You can see in the top figure that our predictions seem to converge towards a particular shape. The remaining discrepancy between our final model and the true function \(f\) is due to our general model bias, and the particular dataset we drew. What happens if you increase the number of basis functions? Can you explain why we do not approach the target function?

You can see that our validation error increases at some point, indicating that overfitting might occur. Again, note how the training error cannot feel that, and just decreases monotonically. SGD with minibatches already has a slight regularizing effect. Other remedies include the L2-regularization technique discussed discusses previously, early stopping, or collecting more data. Try to see how the RMSE for the training and validation set will behave for larger datasets by adapting the training dataset size N_train.
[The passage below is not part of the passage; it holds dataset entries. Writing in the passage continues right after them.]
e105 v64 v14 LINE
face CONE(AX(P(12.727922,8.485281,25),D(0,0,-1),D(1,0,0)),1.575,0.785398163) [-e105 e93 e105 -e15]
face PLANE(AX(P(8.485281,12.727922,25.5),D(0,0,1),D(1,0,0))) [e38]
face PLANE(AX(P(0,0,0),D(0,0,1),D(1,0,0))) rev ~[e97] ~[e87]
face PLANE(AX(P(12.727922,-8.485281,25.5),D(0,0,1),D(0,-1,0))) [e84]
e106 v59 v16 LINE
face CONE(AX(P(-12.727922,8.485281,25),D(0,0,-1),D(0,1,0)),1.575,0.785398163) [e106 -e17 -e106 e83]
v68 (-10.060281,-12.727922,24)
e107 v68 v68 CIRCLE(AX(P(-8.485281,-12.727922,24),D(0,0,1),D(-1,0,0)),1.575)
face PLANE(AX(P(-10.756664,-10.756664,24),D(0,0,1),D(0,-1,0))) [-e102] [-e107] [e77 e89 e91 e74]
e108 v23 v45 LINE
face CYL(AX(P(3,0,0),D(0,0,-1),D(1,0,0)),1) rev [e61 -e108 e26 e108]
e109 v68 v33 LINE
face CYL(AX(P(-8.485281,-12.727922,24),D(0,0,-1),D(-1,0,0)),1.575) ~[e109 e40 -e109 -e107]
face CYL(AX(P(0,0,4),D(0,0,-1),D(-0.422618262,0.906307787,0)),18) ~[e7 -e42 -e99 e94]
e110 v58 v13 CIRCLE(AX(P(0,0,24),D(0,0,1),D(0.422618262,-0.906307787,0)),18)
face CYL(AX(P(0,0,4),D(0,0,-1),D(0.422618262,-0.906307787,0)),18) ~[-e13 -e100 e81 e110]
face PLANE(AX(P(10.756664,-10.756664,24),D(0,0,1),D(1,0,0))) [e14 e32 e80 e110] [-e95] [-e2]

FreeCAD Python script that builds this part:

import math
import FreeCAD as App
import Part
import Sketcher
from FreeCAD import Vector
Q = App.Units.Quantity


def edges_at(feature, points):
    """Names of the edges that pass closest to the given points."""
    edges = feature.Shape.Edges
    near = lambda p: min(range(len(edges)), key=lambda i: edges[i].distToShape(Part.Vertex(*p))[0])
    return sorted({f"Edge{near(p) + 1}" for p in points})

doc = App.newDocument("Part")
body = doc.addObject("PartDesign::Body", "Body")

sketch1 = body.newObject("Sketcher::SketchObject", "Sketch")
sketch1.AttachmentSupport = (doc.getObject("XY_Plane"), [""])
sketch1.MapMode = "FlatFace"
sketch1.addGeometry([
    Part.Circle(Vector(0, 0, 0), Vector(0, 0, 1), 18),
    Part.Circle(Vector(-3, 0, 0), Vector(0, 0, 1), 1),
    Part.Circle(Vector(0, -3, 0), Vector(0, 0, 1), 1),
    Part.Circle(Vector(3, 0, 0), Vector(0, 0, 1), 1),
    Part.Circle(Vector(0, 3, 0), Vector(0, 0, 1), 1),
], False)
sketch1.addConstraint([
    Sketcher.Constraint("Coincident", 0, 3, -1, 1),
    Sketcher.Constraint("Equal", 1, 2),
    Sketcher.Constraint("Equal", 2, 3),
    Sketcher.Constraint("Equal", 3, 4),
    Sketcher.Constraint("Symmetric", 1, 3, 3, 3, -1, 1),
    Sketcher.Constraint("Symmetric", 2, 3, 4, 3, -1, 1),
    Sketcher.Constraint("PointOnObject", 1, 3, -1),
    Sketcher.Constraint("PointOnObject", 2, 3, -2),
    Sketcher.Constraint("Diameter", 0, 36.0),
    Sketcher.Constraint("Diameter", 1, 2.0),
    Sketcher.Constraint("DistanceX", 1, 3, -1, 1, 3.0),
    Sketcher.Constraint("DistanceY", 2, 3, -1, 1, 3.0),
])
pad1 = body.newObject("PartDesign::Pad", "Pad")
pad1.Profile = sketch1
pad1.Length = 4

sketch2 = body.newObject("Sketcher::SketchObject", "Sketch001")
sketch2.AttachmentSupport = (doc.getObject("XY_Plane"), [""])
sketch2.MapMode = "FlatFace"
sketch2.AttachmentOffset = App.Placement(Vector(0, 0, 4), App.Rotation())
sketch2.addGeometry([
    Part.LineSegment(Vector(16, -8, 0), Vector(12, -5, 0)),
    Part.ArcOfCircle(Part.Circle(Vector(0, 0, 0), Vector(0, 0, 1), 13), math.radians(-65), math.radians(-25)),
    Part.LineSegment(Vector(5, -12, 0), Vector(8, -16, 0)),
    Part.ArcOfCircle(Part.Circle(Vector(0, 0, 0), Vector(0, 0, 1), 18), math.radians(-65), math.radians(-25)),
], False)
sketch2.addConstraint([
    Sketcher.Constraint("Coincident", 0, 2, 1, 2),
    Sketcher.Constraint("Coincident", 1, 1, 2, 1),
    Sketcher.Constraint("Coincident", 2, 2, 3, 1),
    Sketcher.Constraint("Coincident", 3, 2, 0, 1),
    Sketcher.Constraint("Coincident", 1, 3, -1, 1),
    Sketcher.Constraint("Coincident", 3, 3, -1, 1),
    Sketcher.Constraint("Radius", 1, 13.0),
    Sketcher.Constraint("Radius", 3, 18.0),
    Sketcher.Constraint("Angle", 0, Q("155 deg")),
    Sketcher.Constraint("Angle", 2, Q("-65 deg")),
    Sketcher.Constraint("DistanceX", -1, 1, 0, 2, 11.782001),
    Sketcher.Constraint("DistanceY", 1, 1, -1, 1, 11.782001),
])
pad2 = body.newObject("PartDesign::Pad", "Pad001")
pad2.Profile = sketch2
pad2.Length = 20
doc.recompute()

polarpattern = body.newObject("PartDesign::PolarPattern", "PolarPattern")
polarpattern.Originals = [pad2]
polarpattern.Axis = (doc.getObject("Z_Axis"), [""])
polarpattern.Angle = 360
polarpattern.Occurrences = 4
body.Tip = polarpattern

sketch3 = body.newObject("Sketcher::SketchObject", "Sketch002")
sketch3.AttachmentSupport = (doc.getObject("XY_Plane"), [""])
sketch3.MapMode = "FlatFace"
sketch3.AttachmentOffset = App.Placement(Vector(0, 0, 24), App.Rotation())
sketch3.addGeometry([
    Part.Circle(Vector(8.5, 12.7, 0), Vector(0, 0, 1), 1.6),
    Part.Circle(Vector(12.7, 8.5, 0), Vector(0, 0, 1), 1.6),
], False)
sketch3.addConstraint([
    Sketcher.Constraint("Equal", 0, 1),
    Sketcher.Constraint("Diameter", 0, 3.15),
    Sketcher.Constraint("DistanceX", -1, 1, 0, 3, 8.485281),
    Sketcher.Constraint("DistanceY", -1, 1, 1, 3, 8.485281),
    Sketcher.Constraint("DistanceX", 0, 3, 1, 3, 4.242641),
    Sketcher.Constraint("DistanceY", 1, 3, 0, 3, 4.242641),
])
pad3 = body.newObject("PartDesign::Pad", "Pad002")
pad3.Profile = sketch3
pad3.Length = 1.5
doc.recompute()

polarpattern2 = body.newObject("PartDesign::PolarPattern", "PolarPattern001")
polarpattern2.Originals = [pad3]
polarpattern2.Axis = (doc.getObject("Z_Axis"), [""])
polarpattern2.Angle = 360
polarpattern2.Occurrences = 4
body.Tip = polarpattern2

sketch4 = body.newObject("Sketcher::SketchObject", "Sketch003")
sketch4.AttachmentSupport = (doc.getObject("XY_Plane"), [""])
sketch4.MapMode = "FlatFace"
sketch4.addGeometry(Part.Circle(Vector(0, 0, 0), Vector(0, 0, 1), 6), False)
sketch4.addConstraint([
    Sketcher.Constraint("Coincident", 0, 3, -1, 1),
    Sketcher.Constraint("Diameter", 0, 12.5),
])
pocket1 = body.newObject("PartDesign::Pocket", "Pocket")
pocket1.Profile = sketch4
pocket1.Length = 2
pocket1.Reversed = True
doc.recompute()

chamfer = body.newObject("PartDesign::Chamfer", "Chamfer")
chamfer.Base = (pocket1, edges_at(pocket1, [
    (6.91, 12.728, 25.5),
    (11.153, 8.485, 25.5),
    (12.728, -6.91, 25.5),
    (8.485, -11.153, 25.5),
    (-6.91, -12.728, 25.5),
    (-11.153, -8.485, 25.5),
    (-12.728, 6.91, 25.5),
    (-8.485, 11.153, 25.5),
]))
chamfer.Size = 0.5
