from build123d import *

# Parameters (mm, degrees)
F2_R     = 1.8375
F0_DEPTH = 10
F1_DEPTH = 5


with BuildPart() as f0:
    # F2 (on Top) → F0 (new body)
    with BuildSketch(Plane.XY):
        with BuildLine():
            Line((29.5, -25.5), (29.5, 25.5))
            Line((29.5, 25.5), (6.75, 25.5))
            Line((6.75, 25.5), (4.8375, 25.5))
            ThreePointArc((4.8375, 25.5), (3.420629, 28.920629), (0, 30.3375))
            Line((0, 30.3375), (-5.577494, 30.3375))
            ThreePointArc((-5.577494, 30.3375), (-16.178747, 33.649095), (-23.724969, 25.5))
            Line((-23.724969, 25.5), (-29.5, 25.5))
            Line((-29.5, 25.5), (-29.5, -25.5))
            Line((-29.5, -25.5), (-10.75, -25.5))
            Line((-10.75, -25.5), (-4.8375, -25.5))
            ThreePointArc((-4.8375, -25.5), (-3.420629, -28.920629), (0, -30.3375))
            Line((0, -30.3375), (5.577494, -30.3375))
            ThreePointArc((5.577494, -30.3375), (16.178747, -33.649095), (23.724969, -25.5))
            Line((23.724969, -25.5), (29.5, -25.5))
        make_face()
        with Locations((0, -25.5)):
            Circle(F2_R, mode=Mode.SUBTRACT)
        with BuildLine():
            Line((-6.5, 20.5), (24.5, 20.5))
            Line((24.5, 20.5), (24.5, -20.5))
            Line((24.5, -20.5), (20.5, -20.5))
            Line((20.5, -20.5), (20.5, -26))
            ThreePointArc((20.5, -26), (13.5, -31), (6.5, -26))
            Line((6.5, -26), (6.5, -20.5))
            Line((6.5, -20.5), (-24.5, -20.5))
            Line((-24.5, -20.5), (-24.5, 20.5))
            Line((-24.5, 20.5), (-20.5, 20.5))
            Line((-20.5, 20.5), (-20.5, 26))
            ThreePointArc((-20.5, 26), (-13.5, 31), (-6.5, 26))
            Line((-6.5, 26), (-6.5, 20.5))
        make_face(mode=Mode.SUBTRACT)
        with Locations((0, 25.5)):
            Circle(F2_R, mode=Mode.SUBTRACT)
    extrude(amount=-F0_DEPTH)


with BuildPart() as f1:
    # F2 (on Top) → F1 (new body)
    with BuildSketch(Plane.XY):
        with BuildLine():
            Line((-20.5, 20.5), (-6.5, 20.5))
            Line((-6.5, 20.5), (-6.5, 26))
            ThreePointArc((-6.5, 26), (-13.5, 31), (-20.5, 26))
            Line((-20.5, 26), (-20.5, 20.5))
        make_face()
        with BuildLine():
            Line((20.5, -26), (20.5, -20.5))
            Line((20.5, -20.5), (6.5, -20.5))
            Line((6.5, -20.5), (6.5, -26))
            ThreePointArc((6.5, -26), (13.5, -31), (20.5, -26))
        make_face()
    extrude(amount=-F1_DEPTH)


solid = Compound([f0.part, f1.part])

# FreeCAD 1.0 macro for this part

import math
import FreeCAD as App
import Part
import Sketcher

V = App.Vector

doc = App.newDocument("Part")
body = doc.addObject("PartDesign::Body", "Body")

# Sketch on XY plane
sketch1 = doc.addObject("Sketcher::SketchObject", "Sketch")
body.addObject(sketch1)
sketch1.AttachmentSupport = (doc.XY_Plane, [""])
sketch1.MapMode = "FlatFace"
sketch1.addGeometry(Part.LineSegment(V(29.5, -25.5, 0), V(29.5, 25.5, 0)), False)
sketch1.addGeometry(Part.LineSegment(V(29.5, 25.5, 0), V(4.8, 25.5, 0)), False)
sketch1.addGeometry(Part.ArcOfCircle(Part.Circle(V(0, 25.5, 0), V(0, 0, 1), 4.8), math.radians(0), math.radians(90)), False)
sketch1.addGeometry(Part.LineSegment(V(0, 30.3, 0), V(-5.6, 30.3, 0)), False)
sketch1.addGeometry(Part.ArcOfCircle(Part.Circle(V(-13.5, 23.6, 0), V(0, 0, 1), 10.4), math.radians(40), math.radians(169)), False)
sketch1.addGeometry(Part.LineSegment(V(-23.7, 25.5, 0), V(-29.5, 25.5, 0)), False)
sketch1.addGeometry(Part.LineSegment(V(-29.5, 25.5, 0), V(-29.5, -25.5, 0)), False)
sketch1.addGeometry(Part.LineSegment(V(-29.5, -25.5, 0), V(-4.8, -25.5, 0)), False)
sketch1.addGeometry(Part.ArcOfCircle(Part.Circle(V(0, -25.5, 0), V(0, 0, 1), 4.8), math.radians(-180), math.radians(-90)), False)
sketch1.addGeometry(Part.LineSegment(V(0, -30.3, 0), V(5.6, -30.3, 0)), False)
sketch1.addGeometry(Part.ArcOfCircle(Part.Circle(V(13.5, -23.6, 0), V(0, 0, 1), 10.4), math.radians(-140), math.radians(-11)), False)
sketch1.addGeometry(Part.LineSegment(V(23.7, -25.5, 0), V(29.5, -25.5, 0)), False)
sketch1.addGeometry(Part.Circle(V(0, -25.5, 0), V(0, 0, 1), 1.8), False)
sketch1.addGeometry(Part.LineSegment(V(-6.5, 26, 0), V(-6.5, 20.5, 0)), False)
sketch1.addGeometry(Part.LineSegment(V(-6.5, 20.5, 0), V(24.5, 20.5, 0)), False)
sketch1.addGeometry(Part.LineSegment(V(24.5, 20.5, 0), V(24.5, -20.5, 0)), False)
sketch1.addGeometry(Part.LineSegment(V(24.5, -20.5, 0), V(20.5, -20.5, 0)), False)
sketch1.addGeometry(Part.LineSegment(V(20.5, -20.5, 0), V(20.5, -26, 0)), False)
sketch1.addGeometry(Part.ArcOfCircle(Part.Circle(V(13.5, -23.6, 0), V(0, 0, 1), 7.4), math.radians(-161), math.radians(-19)), False)
sketch1.addGeometry(Part.LineSegment(V(6.5, -26, 0), V(6.5, -20.5, 0)), False)
sketch1.addGeometry(Part.LineSegment(V(6.5, -20.5, 0), V(-24.5, -20.5, 0)), False)
sketch1.addGeometry(Part.LineSegment(V(-24.5, -20.5, 0), V(-24.5, 20.5, 0)), False)
sketch1.addGeometry(Part.LineSegment(V(-24.5, 20.5, 0), V(-20.5, 20.5, 0)), False)
sketch1.addGeometry(Part.LineSegment(V(-20.5, 20.5, 0), V(-20.5, 26, 0)), False)
sketch1.addGeometry(Part.ArcOfCircle(Part.Circle(V(-13.5, 23.6, 0), V(0, 0, 1), 7.4), math.radians(19), math.radians(161)), False)
sketch1.addGeometry(Part.Circle(V(0, 25.5, 0), V(0, 0, 1), 1.8), False)
sketch1.addConstraint(Sketcher.Constraint("Coincident", 0, 2, 1, 1))
sketch1.addConstraint(Sketcher.Constraint("Coincident", 1, 2, 2, 1))
sketch1.addConstraint(Sketcher.Constraint("Tangent", 2, 2, 3, 1))
sketch1.addConstraint(Sketcher.Constraint("Coincident", 3, 2, 4, 1))
sketch1.addConstraint(Sketcher.Constraint("Coincident", 4, 2, 5, 1))
sketch1.addConstraint(Sketcher.Constraint("Coincident", 5, 2, 6, 1))
sketch1.addConstraint(Sketcher.Constraint("Coincident", 6, 2, 7, 1))
sketch1.addConstraint(Sketcher.Constraint("Coincident", 7, 2, 8, 1))
sketch1.addConstraint(Sketcher.Constraint("Tangent", 8, 2, 9, 1))
sketch1.addConstraint(Sketcher.Constraint("Coincident", 9, 2, 10, 1))
sketch1.addConstraint(Sketcher.Constraint("Coincident", 10, 2, 11, 1))
sketch1.addConstraint(Sketcher.Constraint("Coincident", 11, 2, 0, 1))
sketch1.addConstraint(Sketcher.Constraint("Coincident", 13, 2, 14, 1))
sketch1.addConstraint(Sketcher.Constraint("Coincident", 14, 2, 15, 1))
sketch1.addConstraint(Sketcher.Constraint("Coincident", 15, 2, 16, 1))
sketch1.addConstraint(Sketcher.Constraint("Coincident", 16, 2, 17, 1))
sketch1.addConstraint(Sketcher.Constraint("Coincident", 17, 2, 18, 2))
sketch1.addConstraint(Sketcher.Constraint("Coincident", 18, 1, 19, 1))
sketch1.addConstraint(Sketcher.Constraint("Coincident", 19, 2, 20, 1))
sketch1.addConstraint(Sketcher.Constraint("Coincident", 20, 2, 21, 1))
sketch1.addConstraint(Sketcher.Constraint("Coincident", 21, 2, 22, 1))
sketch1.addConstraint(Sketcher.Constraint("Coincident", 22, 2, 23, 1))
sketch1.addConstraint(Sketcher.Constraint("Coincident", 23, 2, 24, 2))
sketch1.addConstraint(Sketcher.Constraint("Coincident", 24, 1, 13, 1))
sketch1.addConstraint(Sketcher.Constraint("Vertical", 0))
sketch1.addConstraint(Sketcher.Constraint("Horizontal", 1))
sketch1.addConstraint(Sketcher.Constraint("Horizontal", 3))
sketch1.addConstraint(Sketcher.Constraint("Horizontal", 5))
sketch1.addConstraint(Sketcher.Constraint("Vertical", 6))
sketch1.addConstraint(Sketcher.Constraint("Horizontal", 7))
sketch1.addConstraint(Sketcher.Constraint("Horizontal", 9))
sketch1.addConstraint(Sketcher.Constraint("Horizontal", 11))
sketch1.addConstraint(Sketcher.Constraint("Vertical", 13))
sketch1.addConstraint(Sketcher.Constraint("Horizontal", 14))
sketch1.addConstraint(Sketcher.Constraint("Vertical", 15))
sketch1.addConstraint(Sketcher.Constraint("Horizontal", 16))
sketch1.addConstraint(Sketcher.Constraint("Vertical", 17))
sketch1.addConstraint(Sketcher.Constraint("Vertical", 19))
sketch1.addConstraint(Sketcher.Constraint("Horizontal", 20))
sketch1.addConstraint(Sketcher.Constraint("Vertical", 21))
sketch1.addConstraint(Sketcher.Constraint("Horizontal", 22))
sketch1.addConstraint(Sketcher.Constraint("Vertical", 23))
sketch1.addConstraint(Sketcher.Constraint("Coincident", 12, 3, 8, 3))
sketch1.addConstraint(Sketcher.Constraint("Coincident", 18, 3, 10, 3))
sketch1.addConstraint(Sketcher.Constraint("Coincident", 24, 3, 4, 3))
sketch1.addConstraint(Sketcher.Constraint("Coincident", 25, 3, 2, 3))
sketch1.addConstraint(Sketcher.Constraint("Equal", 2, 8))
sketch1.addConstraint(Sketcher.Constraint("Equal", 4, 10))
sketch1.addConstraint(Sketcher.Constraint("Equal", 18, 24))
sketch1.addConstraint(Sketcher.Constraint("Equal", 12, 25))
sketch1.addConstraint(Sketcher.Constraint("Symmetric", 2, 3, 8, 3, -1, 1))
sketch1.addConstraint(Sketcher.Constraint("Symmetric", 4, 3, 10, 3, -1, 1))
sketch1.addConstraint(Sketcher.Constraint("Symmetric", 0, 2, 6, 2, -1, 1))
sketch1.addConstraint(Sketcher.Constraint("Symmetric", 13, 2, 19, 2, -1, 1))
sketch1.addConstraint(Sketcher.Constraint("Symmetric", 15, 2, 21, 2, -1, 1))
sketch1.addConstraint(Sketcher.Constraint("PointOnObject", 2, 3, -2))
sketch1.addConstraint(Sketcher.Constraint("Horizontal", 25, 3, 0, 2))
sketch1.addConstraint(Sketcher.Constraint("Horizontal", 1, 2, 4, 2))
sketch1.addConstraint(Sketcher.Constraint("Horizontal", 7, 2, 10, 2))
sketch1.addConstraint(Sketcher.Constraint("Horizontal", 17, 2, 18, 1))
sketch1.addConstraint(Sketcher.Constraint("Horizontal", 16, 2, 19, 2))
sketch1.addConstraint(Sketcher.Constraint("Horizontal", 23, 2, 24, 1))
sketch1.addConstraint(Sketcher.Constraint("Radius", 4, 10.4))
sketch1.addConstraint(Sketcher.Constraint("Radius", 18, 7.4))
sketch1.addConstraint(Sketcher.Constraint("DistanceX", 14, 1, 14, 2, 31.0))
sketch1.addConstraint(Sketcher.Constraint("DistanceX", 16, 2, 16, 1, 4.0))
sketch1.addConstraint(Sketcher.Constraint("DistanceY", 0, 1, 0, 2, 51.0))
sketch1.addConstraint(Sketcher.Constraint("DistanceY", 15, 2, 15, 1, 41.0))
sketch1.addConstraint(Sketcher.Constraint("Diameter", 12, 3.675))
sketch1.addConstraint(Sketcher.Constraint("DistanceY", 13, 2, 13, 1, 5.5))
sketch1.addConstraint(Sketcher.Constraint("DistanceX", 4, 3, 0, 2, 42.999999))
sketch1.addConstraint(Sketcher.Constraint("DistanceX", 4, 3, 13, 2, 6.999999))
sketch1.addConstraint(Sketcher.Constraint("Radius", 2, 4.8375))
pad1 = doc.addObject("PartDesign::Pad", "Pad")
body.addObject(pad1)
pad1.Profile = sketch1
pad1.Length = 10
pad1.Reversed = True
body2 = doc.addObject("PartDesign::Body", "Body001")
body2.AllowCompound = True

# Sketch on XY plane
sketch2 = doc.addObject("Sketcher::SketchObject", "Sketch001")
body2.addObject(sketch2)
sketch2.AttachmentSupport = (doc.getObject("XY_Plane001"), [""])
sketch2.MapMode = "FlatFace"
sketch2.addGeometry(Part.LineSegment(V(-20, 20, 0), V(-6, 20, 0)), False)
sketch2.addGeometry(Part.LineSegment(V(-6, 20, 0), V(-6, 26, 0)), False)
sketch2.addGeometry(Part.ArcOfCircle(Part.Circle(V(-14, 24, 0), V(0, 0, 1), 7), math.radians(19), math.radians(161)), False)
sketch2.addGeometry(Part.LineSegment(V(-20, 26, 0), V(-20, 20, 0)), False)
sketch2.addGeometry(Part.LineSegment(V(20, -26, 0), V(20, -20, 0)), False)
sketch2.addGeometry(Part.LineSegment(V(20, -20, 0), V(6, -20, 0)), False)
sketch2.addGeometry(Part.LineSegment(V(6, -20, 0), V(6, -26, 0)), False)
sketch2.addGeometry(Part.ArcOfCircle(Part.Circle(V(14, -24, 0), V(0, 0, 1), 7), math.radians(-161), math.radians(-19)), False)
sketch2.addConstraint(Sketcher.Constraint("Coincident", 0, 2, 1, 1))
sketch2.addConstraint(Sketcher.Constraint("Coincident", 1, 2, 2, 1))
sketch2.addConstraint(Sketcher.Constraint("Coincident", 2, 2, 3, 1))
sketch2.addConstraint(Sketcher.Constraint("Coincident", 3, 2, 0, 1))
sketch2.addConstraint(Sketcher.Constraint("Coincident", 4, 2, 5, 1))
sketch2.addConstraint(Sketcher.Constraint("Coincident", 5, 2, 6, 1))
sketch2.addConstraint(Sketcher.Constraint("Coincident", 6, 2, 7, 1))
sketch2.addConstraint(Sketcher.Constraint("Coincident", 7, 2, 4, 1))
sketch2.addConstraint(Sketcher.Constraint("Horizontal", 0))
sketch2.addConstraint(Sketcher.Constraint("Vertical", 1))
sketch2.addConstraint(Sketcher.Constraint("Vertical", 3))
sketch2.addConstraint(Sketcher.Constraint("Vertical", 4))
sketch2.addConstraint(Sketcher.Constraint("Horizontal", 5))
sketch2.addConstraint(Sketcher.Constraint("Vertical", 6))
sketch2.addConstraint(Sketcher.Constraint("Equal", 2, 7))
sketch2.addConstraint(Sketcher.Constraint("Symmetric", 2, 3, 7, 3, -1, 1))
sketch2.addConstraint(Sketcher.Constraint("Symmetric", 3, 2, 4, 2, -1, 1))
sketch2.addConstraint(Sketcher.Constraint("Horizontal", 1, 2, 2, 2))
sketch2.addConstraint(Sketcher.Constraint("Horizontal", 6, 2, 7, 2))
sketch2.addConstraint(Sketcher.Constraint("Radius", 2, 7.4))
sketch2.addConstraint(Sketcher.Constraint("DistanceX", 0, 1, 0, 2, 14.0))
sketch2.addConstraint(Sketcher.Constraint("DistanceY", 1, 1, 1, 2, 5.5))
sketch2.addConstraint(Sketcher.Constraint("DistanceY", -1, 1, 1, 2, 26.0))
sketch2.addConstraint(Sketcher.Constraint("DistanceX", 2, 3, 7, 3, 27.0))
pad2 = doc.addObject("PartDesign::Pad", "Pad001")
body2.addObject(pad2)
pad2.Profile = sketch2
pad2.Length = 5
pad2.Reversed = True

doc.recompute()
Finally, it should be noted that the step size of the SGD must be chosen carefully. Try out for yourself what happens when you choose very small or large stepsizes by adapting the learning rate eta. Even though this optimization problem is well-defined and has a global minimum, SGD is not guaranteed to converge to it. Luckily, the most popular variants such as AdaGrad, RMSProp, and Adam feature some form of adaptive stepsize control, improving convergence rate and robustness. One usually starts with a larger stepsize to approach the minimum quickly. After that, the stepsize is reduced continuously to reliably uncover the exact location of the extremum.